## REQUIREMENT:
Beginning at the line containing "ThreePointArc((90, -150), (0, -165), (-90, -150))" in the material below and ending at the line containing "A parametric FreeCAD", return each line exactly and add nothing.

## DATA FOR REVIEW:
==*==

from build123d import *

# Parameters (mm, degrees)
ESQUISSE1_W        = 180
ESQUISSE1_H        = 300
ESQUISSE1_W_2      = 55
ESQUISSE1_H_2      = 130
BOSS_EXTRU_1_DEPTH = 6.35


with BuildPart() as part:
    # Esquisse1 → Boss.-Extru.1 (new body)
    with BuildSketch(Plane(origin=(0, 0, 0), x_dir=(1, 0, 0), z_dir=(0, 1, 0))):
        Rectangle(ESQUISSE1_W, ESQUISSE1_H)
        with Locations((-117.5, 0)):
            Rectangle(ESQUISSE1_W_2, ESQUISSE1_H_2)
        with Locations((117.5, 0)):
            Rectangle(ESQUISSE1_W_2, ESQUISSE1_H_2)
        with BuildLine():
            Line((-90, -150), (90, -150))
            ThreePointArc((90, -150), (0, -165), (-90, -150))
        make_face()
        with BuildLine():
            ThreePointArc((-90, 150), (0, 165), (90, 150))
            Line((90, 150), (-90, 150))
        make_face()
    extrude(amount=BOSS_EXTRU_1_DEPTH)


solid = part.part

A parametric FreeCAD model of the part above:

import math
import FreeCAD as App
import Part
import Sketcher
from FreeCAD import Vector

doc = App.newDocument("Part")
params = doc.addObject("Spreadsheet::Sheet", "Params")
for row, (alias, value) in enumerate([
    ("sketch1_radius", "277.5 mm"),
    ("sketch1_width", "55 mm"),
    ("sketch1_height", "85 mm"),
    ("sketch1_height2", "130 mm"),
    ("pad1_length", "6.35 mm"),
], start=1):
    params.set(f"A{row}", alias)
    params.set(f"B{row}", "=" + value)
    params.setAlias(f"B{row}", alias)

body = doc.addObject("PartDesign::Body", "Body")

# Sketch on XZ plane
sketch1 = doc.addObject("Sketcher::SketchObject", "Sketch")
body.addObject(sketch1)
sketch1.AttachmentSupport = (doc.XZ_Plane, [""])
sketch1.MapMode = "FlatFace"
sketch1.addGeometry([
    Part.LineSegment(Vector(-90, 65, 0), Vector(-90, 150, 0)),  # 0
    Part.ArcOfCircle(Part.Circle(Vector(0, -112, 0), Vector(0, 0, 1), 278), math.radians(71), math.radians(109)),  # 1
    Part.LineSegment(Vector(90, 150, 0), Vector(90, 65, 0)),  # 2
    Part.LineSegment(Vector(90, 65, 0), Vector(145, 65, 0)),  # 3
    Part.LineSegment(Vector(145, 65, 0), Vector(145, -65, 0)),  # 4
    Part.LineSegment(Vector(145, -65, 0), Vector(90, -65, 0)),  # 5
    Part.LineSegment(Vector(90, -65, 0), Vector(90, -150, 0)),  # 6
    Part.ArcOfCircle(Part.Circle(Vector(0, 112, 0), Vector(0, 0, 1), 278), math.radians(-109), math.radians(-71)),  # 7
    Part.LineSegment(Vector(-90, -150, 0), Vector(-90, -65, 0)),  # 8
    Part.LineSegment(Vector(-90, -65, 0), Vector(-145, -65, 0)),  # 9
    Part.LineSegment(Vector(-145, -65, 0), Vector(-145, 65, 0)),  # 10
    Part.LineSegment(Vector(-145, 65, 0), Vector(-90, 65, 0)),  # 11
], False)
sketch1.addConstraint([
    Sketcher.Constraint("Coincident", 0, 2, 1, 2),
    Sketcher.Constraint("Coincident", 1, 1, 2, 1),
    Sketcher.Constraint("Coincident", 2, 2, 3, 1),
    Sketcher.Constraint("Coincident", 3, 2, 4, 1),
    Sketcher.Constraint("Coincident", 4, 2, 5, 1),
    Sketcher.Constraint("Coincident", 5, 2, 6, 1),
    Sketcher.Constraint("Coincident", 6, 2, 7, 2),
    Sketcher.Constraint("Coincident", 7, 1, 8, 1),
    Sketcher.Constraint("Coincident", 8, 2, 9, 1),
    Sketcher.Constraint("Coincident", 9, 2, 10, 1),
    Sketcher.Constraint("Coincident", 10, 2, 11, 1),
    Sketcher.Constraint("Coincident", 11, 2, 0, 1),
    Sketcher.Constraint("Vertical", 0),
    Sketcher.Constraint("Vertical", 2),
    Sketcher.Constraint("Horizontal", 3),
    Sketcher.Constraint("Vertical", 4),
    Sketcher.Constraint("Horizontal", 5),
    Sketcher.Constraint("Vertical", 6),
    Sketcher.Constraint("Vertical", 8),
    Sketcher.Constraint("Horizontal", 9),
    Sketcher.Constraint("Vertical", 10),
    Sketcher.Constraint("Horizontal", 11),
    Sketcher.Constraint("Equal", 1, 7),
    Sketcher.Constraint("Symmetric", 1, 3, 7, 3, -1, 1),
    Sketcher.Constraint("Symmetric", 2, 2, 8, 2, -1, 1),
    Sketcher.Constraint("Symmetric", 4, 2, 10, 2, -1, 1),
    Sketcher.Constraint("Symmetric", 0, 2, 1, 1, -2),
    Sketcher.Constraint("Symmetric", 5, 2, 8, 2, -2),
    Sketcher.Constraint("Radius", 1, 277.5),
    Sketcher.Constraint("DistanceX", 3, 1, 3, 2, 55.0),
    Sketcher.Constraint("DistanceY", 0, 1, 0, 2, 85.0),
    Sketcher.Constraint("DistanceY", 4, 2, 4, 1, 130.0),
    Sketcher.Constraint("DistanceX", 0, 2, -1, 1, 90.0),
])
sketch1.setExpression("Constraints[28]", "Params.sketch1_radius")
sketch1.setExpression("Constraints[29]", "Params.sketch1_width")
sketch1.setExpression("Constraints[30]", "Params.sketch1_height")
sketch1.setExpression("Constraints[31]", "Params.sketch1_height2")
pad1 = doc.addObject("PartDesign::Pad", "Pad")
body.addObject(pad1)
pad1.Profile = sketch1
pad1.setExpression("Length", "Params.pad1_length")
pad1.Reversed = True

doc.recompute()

==*==

## COMPLETED TASK:
            ThreePointArc((90, -150), (0, -165), (-90, -150))
        make_face()
        with BuildLine():
            ThreePointArc((-90, 150), (0, 165), (90, 150))
            Line((90, 150), (-90, 150))
        make_face()
    extrude(amount=BOSS_EXTRU_1_DEPTH)


solid = part.part

A parametric FreeCAD model of the part above:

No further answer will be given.